Monday, Nov. 08, 1976
Saving the Pascagoula
Whenever he can, Herman Murrah, 41, a wiry Mississippi conservation officer, climbs into his four-wheel-drive truck and follows the raised sand road that runs westward from the small community of Buzzard's Roost into the Pascagoula Tract, a 32,000-acre expanse of hardwood forest and bottom land straddling a 35-mile stretch of Mississippi's Pascagoula River. There he enjoys basking in the primeval beauty of one of the state's last unspoiled areas. White-tailed deer, black bears and game birds abound in the forested region, fish thrive in its sandy-shored oxbow lakes, and the river runs clean. "I drink from it," claims the balding Murrah. "It'll make your hair fall out, but it won't kill you."
Murrah and the thousands of Mississippians who use the Pascagoula Tract to fish, hunt, camp or just escape with their families for a weekend had been concerned about how much longer the wilderness oasis could survive the state's increasing industrialization. Now they need worry no longer. In a unique effort, Mississippi has not only preserved the Pascagoula, but set an example that other states could follow in safeguarding their own unspoiled areas.

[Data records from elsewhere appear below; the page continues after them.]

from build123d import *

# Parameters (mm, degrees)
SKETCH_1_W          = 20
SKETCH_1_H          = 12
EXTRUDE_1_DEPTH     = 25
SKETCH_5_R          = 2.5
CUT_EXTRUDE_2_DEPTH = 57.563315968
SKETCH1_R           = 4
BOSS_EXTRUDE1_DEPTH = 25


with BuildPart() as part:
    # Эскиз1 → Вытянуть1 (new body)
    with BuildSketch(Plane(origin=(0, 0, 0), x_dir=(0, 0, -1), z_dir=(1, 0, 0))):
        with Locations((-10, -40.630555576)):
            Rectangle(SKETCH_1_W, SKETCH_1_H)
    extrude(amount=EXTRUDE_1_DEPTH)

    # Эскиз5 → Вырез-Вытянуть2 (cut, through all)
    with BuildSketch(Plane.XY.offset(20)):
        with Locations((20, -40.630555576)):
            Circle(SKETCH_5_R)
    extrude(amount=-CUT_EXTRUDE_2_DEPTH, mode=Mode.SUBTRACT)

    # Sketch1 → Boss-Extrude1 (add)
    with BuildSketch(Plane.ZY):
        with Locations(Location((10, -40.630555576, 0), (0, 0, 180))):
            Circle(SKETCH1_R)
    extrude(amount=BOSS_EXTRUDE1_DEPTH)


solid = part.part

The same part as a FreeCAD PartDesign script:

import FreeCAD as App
import Part
import Sketcher
from FreeCAD import Vector
Q = App.Units.Quantity

doc = App.newDocument("Part")
body = doc.addObject("PartDesign::Body", "Body")

# Sketch on YZ plane
sketch1 = body.newObject("Sketcher::SketchObject", "Sketch")
sketch1.AttachmentSupport = (doc.getObject("YZ_Plane"), [""])
sketch1.MapMode = "FlatFace"
sketch1.addGeometry([
    Part.LineSegment(Vector(-35, 20, 0), Vector(-47, 20, 0)),
    Part.LineSegment(Vector(-47, 20, 0), Vector(-47, 0, 0)),
    Part.LineSegment(Vector(-47, 0, 0), Vector(-35, 0, 0)),
    Part.LineSegment(Vector(-35, 0, 0), Vector(-35, 20, 0)),
], False)
sketch1.addConstraint([
    Sketcher.Constraint("Coincident", 0, 2, 1, 1),
    Sketcher.Constraint("Coincident", 1, 2, 2, 1),
    Sketcher.Constraint("Coincident", 2, 2, 3, 1),
    Sketcher.Constraint("Coincident", 3, 2, 0, 1),
    Sketcher.Constraint("Horizontal", 0),
    Sketcher.Constraint("Vertical", 1),
    Sketcher.Constraint("Horizontal", 2),
    Sketcher.Constraint("Vertical", 3),
    Sketcher.Constraint("PointOnObject", 1, 2, -1),
    Sketcher.Constraint("DistanceX", 0, 2, 0, 1, Q("12 mm")),
    Sketcher.Constraint("DistanceY", 1, 2, 1, 1, Q("20 mm")),
    Sketcher.Constraint("DistanceX", 0, 2, -1, 1, Q("46.630556 mm")),
])
pad1 = body.newObject("PartDesign::Pad", "Pad")
pad1.Profile = sketch1
pad1.Length = 25

# Sketch on XY plane
sketch2 = body.newObject("Sketcher::SketchObject", "Sketch001")
sketch2.AttachmentSupport = (doc.getObject("XY_Plane"), [""])
sketch2.MapMode = "FlatFace"
sketch2.AttachmentOffset = App.Placement(Vector(0, 0, 20), App.Rotation())
sketch2.addGeometry(Part.Circle(Vector(20, -40.6, 0), Vector(0, 0, 1), 2.5), False)
sketch2.addConstraint([
    Sketcher.Constraint("Diameter", 0, Q("5 mm")),
    Sketcher.Constraint("DistanceX", -1, 1, 0, 3, Q("20 mm")),
    Sketcher.Constraint("DistanceY", 0, 3, -1, 1, Q("40.630556 mm")),
])
pocket1 = body.newObject("PartDesign::Pocket", "Pocket")
pocket1.Profile = sketch2
pocket1.Type = "ThroughAll"

# Sketch on YZ plane
sketch3 = body.newObject("Sketcher::SketchObject", "Sketch002")
sketch3.AttachmentSupport = (doc.getObject("YZ_Plane"), [""])
sketch3.MapMode = "FlatFace"
sketch3.addGeometry(Part.Circle(Vector(-40.6, 10, 0), Vector(0, 0, 1), 4), False)
sketch3.addConstraint([
    Sketcher.Constraint("Diameter", 0, Q("8 mm")),
    Sketcher.Constraint("DistanceY", -1, 1, 0, 3, Q("10 mm")),
    Sketcher.Constraint("DistanceX", 0, 3, -1, 1, Q("40.630556 mm")),
])
pad2 = body.newObject("PartDesign::Pad", "Pad001")
pad2.Profile = sketch3
pad2.Length = 25
pad2.Reversed = True

doc.recompute()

At the urging of environmentalists and the state's newly created Natural Heritage Program, the Mississippi state legislature in 1975 appropriated $15 million to buy the land from its owner, the Pascagoula Hardwood Co. But the company's stockholders were unwilling to sell. Undaunted, the state joined with the Nature Conservancy, a national environmental group, in another approach. The Conservancy made a tender offer for 75% of the company's stock. This time stockholders in the inactive company accepted, selling their shares for some $13 million. The Conservancy, now in control, promptly liquidated the company, took title to its land and then sold it at cost to the Mississippi Wildlife Heritage Committee.

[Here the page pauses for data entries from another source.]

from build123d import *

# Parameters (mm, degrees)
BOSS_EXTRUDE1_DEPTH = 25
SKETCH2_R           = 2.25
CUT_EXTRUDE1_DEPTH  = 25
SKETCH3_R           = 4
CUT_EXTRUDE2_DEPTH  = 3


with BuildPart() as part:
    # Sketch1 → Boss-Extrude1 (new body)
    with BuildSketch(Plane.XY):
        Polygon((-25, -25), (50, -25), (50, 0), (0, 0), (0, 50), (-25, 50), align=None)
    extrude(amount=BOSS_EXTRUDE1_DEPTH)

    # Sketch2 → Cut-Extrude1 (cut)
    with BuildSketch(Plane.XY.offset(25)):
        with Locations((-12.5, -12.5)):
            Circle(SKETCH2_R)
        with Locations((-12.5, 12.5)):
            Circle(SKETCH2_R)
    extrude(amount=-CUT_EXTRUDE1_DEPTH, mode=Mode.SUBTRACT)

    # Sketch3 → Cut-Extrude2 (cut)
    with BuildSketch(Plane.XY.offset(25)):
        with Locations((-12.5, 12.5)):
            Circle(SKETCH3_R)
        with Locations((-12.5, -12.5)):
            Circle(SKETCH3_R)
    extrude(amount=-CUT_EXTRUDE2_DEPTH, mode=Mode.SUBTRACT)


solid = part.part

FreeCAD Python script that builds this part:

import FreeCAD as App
import Part
import Sketcher

doc = App.newDocument("Part")
body = doc.addObject("PartDesign::Body", "Body")

sketch1 = doc.addObject("Sketcher::SketchObject", "Sketch")
body.addObject(sketch1)
sketch1.AttachmentSupport = (doc.XY_Plane, [""])
sketch1.MapMode = "FlatFace"
sketch1.addGeometry(Part.LineSegment(App.Vector(-25, -25, 0), App.Vector(50, -25, 0)), False)
sketch1.addGeometry(Part.LineSegment(App.Vector(50, -25, 0), App.Vector(50, 0, 0)), False)
sketch1.addGeometry(Part.LineSegment(App.Vector(50, 0, 0), App.Vector(0, 0, 0)), False)
sketch1.addGeometry(Part.LineSegment(App.Vector(0, 0, 0), App.Vector(0, 50, 0)), False)
sketch1.addGeometry(Part.LineSegment(App.Vector(0, 50, 0), App.Vector(-25, 50, 0)), False)
sketch1.addGeometry(Part.LineSegment(App.Vector(-25, 50, 0), App.Vector(-25, -25, 0)), False)
sketch1.addConstraint(Sketcher.Constraint("Coincident", 0, 2, 1, 1))
sketch1.addConstraint(Sketcher.Constraint("Coincident", 1, 2, 2, 1))
sketch1.addConstraint(Sketcher.Constraint("Coincident", 2, 2, 3, 1))
sketch1.addConstraint(Sketcher.Constraint("Coincident", 3, 2, 4, 1))
sketch1.addConstraint(Sketcher.Constraint("Coincident", 4, 2, 5, 1))
sketch1.addConstraint(Sketcher.Constraint("Coincident", 5, 2, 0, 1))
sketch1.addConstraint(Sketcher.Constraint("Horizontal", 0))
sketch1.addConstraint(Sketcher.Constraint("Vertical", 1))
sketch1.addConstraint(Sketcher.Constraint("Horizontal", 2))
sketch1.addConstraint(Sketcher.Constraint("Vertical", 3))
sketch1.addConstraint(Sketcher.Constraint("Horizontal", 4))
sketch1.addConstraint(Sketcher.Constraint("Vertical", 5))
sketch1.addConstraint(Sketcher.Constraint("Coincident", 2, 2, -1, 1))
sketch1.addConstraint(Sketcher.Constraint("Equal", 4, 1))
sketch1.addConstraint(Sketcher.Constraint("Equal", 2, 3))
sketch1.addConstraint(Sketcher.Constraint("DistanceX", 0, 1, 0, 2, 75.0))
sketch1.addConstraint(Sketcher.Constraint("DistanceX", 2, 2, 2, 1, 50.0))
pad1 = doc.addObject("PartDesign::Pad", "Pad")
body.addObject(pad1)
pad1.Profile = sketch1
pad1.Length = 25

sketch2 = doc.addObject("Sketcher::SketchObject", "Sketch001")
body.addObject(sketch2)
sketch2.AttachmentSupport = (doc.XY_Plane, [""])
sketch2.MapMode = "FlatFace"
sketch2.AttachmentOffset = App.Placement(App.Vector(0, 0, 25), App.Rotation())
sketch2.addGeometry(Part.Circle(App.Vector(-12.5, -12.5, 0), App.Vector(0, 0, 1), 2.2), False)
sketch2.addGeometry(Part.Circle(App.Vector(-12.5, 12.5, 0), App.Vector(0, 0, 1), 2.2), False)
sketch2.addConstraint(Sketcher.Constraint("Equal", 0, 1))
sketch2.addConstraint(Sketcher.Constraint("Symmetric", 0, 3, 1, 3, -1))
sketch2.addConstraint(Sketcher.Constraint("Diameter", 0, 4.5))
sketch2.addConstraint(Sketcher.Constraint("DistanceY", 0, 3, 1, 3, 25.0))
sketch2.addConstraint(Sketcher.Constraint("DistanceX", 0, 3, -1, 1, 12.5))
pocket1 = doc.addObject("PartDesign::Pocket", "Pocket")
body.addObject(pocket1)
pocket1.Profile = sketch2
pocket1.Length = 25

sketch3 = doc.addObject("Sketcher::SketchObject", "Sketch002")
body.addObject(sketch3)
sketch3.AttachmentSupport = (doc.XY_Plane, [""])
sketch3.MapMode = "FlatFace"
sketch3.AttachmentOffset = App.Placement(App.Vector(0, 0, 25), App.Rotation())
sketch3.addGeometry(Part.Circle(App.Vector(-12.5, 12.5, 0), App.Vector(0, 0, 1), 4), False)
sketch3.addGeometry(Part.Circle(App.Vector(-12.5, -12.5, 0), App.Vector(0, 0, 1), 4), False)
sketch3.addConstraint(Sketcher.Constraint("Equal", 0, 1))
sketch3.addConstraint(Sketcher.Constraint("Symmetric", 0, 3, 1, 3, -1))
sketch3.addConstraint(Sketcher.Constraint("Diameter", 0, 8.0))
sketch3.addConstraint(Sketcher.Constraint("DistanceY", 1, 3, 0, 3, 25.0))
sketch3.addConstraint(Sketcher.Constraint("DistanceX", 0, 3, -1, 1, 12.5))
pocket2 = doc.addObject("PartDesign::Pocket", "Pocket001")
body.addObject(pocket2)
pocket2.Profile = sketch3
pocket2.Length = 3

doc.recompute()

The purchase of the tract safeguards a wide variety of exotic flora and fauna. Within its boundaries are cypresses so large that eight men can barely join hands around their trunks, huge stands of water tupelo and witch hazel and thick forests of hickory, iron wood and beech. Fish such as the Atlantic sturgeon and crystal darter thrive in the waters of the new preserve, which also provides one of the only known homes of the yellow-blotched sawback turtle, a rare species that sports two humps on its back like a camel.
Says Governor C. Cliff Finch: "We are embarking on a new era, the husbandry of the Pascagoula swamp forest, for the benefit of the citizens of Mississippi." The state is so pleased with its new policy, in fact, that it is already considering acquiring another 1,200 acres of untouched forest land in the Mississippi Delta.